Ses propos sur la Cour constitutionnelle – accusée d’avoir proclamé des résultats favorisant le parti au pouvoir – , ont également retenu l’attention. « Il est souvent arrivé que telle ou telle de ses décisions ou arrêt n’ait pas abouti à notre bonheur. Pour autant, nul dans ce pays ne nous a jamais vu en appeler à la rue pour contester sa décision. Il reste qu’aujourd’hui, l’interrogation est permise. Il reviendra donc à l’ensemble national, tous acteurs confondus, d’en examiner les contours. De voir à ce niveau de son parcours, ce qu’il y a lieu de retenir ou de réformer », a jugé le président malien.

Réactions partagées

« Ce sont certes des mesures tardives, mais elles vont contribuer à apaiser les tensions. Cela pourrait démobiliser un peu les personnes autour du Mouvement », estime Cheick Oumar Sissoko à la tête du mouvement Espoir Mali Kura (EMK), et membre du Mouvement du 5 juin. Mais « le président n’a pas compris pourquoi nous nous rassemblons, ni la colère qui gronde pour exiger un vrai changement, ajoute aussitôt Sissoko. Le gouvernement d’union nationale, c’est la solution facile de tous les présidents africains qui font face à des mouvements de contestation. La situation que nous vivons est due à l’incompétence du gouvernement pour faire face aux besoins fondamentaux du Mali ».

« L’annonce concernant l’article 39 est la seule qui soit concrète du discours du président », analyse Brahima Fomba, enseignant à l’université des Sciences juridique et politiques de Bamako. Pour lui, le président malien « n’a pas répondu au Mouvement du 5 juin », qui avait, de son côté, boycotté la rencontre. « Même s’il a annoncé un gouvernement d’union nationale, la reconduction de Boubou Cissé signifie d’ores et déjà que c’est l’option de la continuité qui a été privilégiée », estime le politologue.

« Le président s’est exprimé tardivement, dix jours après la démonstration de force qu’a constitué la grande manifestation du vendredi 5 juin », estime pour sa part Boubacar Haïdara, chercheur associé au laboratoire Les Afriques dans le monde (LAM).

« Il a laissé ses contestataires penser que son silence était une forme de dénigrement. Le Mouvement du 5 juin s’en est trouvé renforcé, a vu grossir ses rangs, et il s’est radicalisé. Et désormais, il compte dans ses rangs des personnalités politiques de premier plan », souligne le chercheur, qui rappelle que les anciens Premiers ministres Modibo Sidibé et Cheick Modibo Diarra ont notamment rejoint récemment le mouvement de contestation. « Beaucoup attendaient des mesures fortes, comme la dissolution de l’Assemblée nationale, car c’est l’élection des députés qui est la goutte d’eau qui a fait déborder le vase. Désormais, c’est l’unique carte qu’il lui reste en main« , ajoute le chercheur.
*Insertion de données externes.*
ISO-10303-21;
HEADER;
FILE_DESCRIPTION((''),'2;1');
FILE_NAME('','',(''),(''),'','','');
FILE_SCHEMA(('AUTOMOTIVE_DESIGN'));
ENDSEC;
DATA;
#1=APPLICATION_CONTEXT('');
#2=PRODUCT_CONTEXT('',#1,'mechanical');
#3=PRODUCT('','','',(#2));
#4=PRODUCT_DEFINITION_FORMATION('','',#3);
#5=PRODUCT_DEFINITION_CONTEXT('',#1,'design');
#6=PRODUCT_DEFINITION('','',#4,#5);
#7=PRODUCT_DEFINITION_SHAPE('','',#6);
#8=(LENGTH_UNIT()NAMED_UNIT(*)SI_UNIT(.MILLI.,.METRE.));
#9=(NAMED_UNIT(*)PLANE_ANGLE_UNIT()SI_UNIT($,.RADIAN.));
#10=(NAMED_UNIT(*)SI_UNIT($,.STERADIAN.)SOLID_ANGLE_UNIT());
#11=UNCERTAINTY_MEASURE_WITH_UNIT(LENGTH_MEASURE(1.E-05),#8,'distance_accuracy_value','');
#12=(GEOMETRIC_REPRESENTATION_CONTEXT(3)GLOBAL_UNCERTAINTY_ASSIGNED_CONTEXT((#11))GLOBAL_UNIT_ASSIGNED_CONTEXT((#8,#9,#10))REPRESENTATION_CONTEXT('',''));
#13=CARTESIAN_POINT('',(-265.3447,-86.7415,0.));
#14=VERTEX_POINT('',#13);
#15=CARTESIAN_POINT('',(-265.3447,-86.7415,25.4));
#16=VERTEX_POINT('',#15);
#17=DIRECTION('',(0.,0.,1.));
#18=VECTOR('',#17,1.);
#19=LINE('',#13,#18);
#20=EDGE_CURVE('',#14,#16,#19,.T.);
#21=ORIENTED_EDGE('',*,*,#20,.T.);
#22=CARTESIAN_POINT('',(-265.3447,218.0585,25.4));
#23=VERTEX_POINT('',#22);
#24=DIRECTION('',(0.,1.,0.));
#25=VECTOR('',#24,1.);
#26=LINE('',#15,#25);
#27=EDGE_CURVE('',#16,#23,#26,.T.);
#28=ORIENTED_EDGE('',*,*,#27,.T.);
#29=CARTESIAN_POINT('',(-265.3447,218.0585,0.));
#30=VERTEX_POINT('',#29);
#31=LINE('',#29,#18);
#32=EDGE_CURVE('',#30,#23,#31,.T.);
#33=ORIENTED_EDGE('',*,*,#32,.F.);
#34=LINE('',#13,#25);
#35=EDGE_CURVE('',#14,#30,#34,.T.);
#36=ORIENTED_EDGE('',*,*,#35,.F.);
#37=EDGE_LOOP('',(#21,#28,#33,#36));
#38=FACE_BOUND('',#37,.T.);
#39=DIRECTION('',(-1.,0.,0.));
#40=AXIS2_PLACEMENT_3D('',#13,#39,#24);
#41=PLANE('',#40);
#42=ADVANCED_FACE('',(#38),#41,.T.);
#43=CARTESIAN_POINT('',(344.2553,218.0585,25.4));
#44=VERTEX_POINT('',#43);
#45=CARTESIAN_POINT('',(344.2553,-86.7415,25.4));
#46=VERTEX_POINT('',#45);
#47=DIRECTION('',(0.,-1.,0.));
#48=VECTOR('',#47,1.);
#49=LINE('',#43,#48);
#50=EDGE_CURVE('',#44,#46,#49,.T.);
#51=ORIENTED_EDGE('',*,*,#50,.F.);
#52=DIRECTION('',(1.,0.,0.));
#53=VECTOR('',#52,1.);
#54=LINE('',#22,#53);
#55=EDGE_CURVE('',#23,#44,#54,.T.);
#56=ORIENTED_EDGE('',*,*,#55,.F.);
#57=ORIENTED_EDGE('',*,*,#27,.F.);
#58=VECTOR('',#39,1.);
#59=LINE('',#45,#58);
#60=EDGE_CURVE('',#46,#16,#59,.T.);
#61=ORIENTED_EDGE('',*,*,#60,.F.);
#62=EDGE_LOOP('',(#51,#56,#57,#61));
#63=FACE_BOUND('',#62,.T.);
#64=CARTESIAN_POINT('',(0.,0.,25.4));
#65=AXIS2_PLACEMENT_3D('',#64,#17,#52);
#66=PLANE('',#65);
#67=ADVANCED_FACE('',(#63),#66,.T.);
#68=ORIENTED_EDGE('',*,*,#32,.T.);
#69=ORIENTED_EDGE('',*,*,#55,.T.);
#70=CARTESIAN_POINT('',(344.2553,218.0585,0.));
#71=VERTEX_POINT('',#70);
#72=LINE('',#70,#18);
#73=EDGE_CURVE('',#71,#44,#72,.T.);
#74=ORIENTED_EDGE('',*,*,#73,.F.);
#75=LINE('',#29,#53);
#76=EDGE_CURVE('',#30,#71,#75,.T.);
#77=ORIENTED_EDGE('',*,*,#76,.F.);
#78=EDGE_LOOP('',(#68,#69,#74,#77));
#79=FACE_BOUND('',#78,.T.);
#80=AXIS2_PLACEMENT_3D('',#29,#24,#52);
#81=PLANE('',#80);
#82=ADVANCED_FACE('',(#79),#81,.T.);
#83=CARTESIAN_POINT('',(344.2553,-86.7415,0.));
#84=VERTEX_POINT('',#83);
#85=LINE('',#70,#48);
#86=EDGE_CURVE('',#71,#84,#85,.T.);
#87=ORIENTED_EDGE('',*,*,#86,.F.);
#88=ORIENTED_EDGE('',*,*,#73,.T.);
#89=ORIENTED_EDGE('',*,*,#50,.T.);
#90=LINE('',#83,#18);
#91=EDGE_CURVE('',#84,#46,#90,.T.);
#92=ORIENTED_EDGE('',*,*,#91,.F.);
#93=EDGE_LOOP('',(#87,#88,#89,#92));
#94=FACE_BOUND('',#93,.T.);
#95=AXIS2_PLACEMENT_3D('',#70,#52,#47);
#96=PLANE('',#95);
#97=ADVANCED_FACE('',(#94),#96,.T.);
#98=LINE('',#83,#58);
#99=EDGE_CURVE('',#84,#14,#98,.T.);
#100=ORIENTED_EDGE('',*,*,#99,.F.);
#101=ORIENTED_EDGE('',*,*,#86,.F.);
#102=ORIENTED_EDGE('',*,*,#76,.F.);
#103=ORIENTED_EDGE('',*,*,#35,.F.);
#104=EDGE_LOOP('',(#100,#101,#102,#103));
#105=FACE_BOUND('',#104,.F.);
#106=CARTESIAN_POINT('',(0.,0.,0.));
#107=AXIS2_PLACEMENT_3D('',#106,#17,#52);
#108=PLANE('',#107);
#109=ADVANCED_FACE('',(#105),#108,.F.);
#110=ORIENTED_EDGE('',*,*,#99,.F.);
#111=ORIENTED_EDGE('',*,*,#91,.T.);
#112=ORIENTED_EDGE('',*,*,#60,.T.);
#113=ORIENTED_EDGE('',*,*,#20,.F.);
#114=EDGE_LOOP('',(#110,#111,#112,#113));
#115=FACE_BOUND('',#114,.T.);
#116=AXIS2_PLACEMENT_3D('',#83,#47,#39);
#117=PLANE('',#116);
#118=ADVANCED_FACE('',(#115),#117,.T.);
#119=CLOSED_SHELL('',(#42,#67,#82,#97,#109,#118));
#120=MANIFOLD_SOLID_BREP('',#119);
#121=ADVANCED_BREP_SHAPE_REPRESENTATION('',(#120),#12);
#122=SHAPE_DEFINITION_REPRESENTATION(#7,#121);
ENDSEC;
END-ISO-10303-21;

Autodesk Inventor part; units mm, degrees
ref_plane "YZ Plane" through (0, 0, 0) normal (1, 0, 0) x (0, 1, 0)
ref_plane "XZ Plane" through (0, 0, 0) normal (0, 1, 0) x (-1, 0, 0)
ref_plane "XY Plane" through (0, 0, 0) normal (0, 0, 1) x (1, 0, 0)
sketch "Sketch1" plane through (0, 0, 0) normal (0, 0, 1) x (1, 0, 0)
  line L0 (-265.3447, 218.0585) -> (344.2553, 218.0585)
  line L1 (344.2553, 218.0585) -> (344.2553, -86.7415)
  line L2 (344.2553, -86.7415) -> (-265.3447, -86.7415)
  line L3 (-265.3447, -86.7415) -> (-265.3447, 218.0585)
  point P0 (0, 0)
  dimension "d0" = 609.6
  dimension "d1" = 304.8
extrude "Extrusion1" add sketch "Sketch1" along normal blind 25.4
properties part number "Poly sizing tool"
Le Premier ministre Boubou Cissé, reconduit il y a une semaine et qui est en pleine phase de consultation pour constituer son futur gouvernement, s’est rendu pour sa part rendu mercredi à Nioro du Sahel, afin de rencontrer le très influent Chérif Bouyé Haïdara. Par ailleurs, une mission de la Cedeao rencontre ce jeudi à Bamako tous les acteurs, en vue de mener une médiation.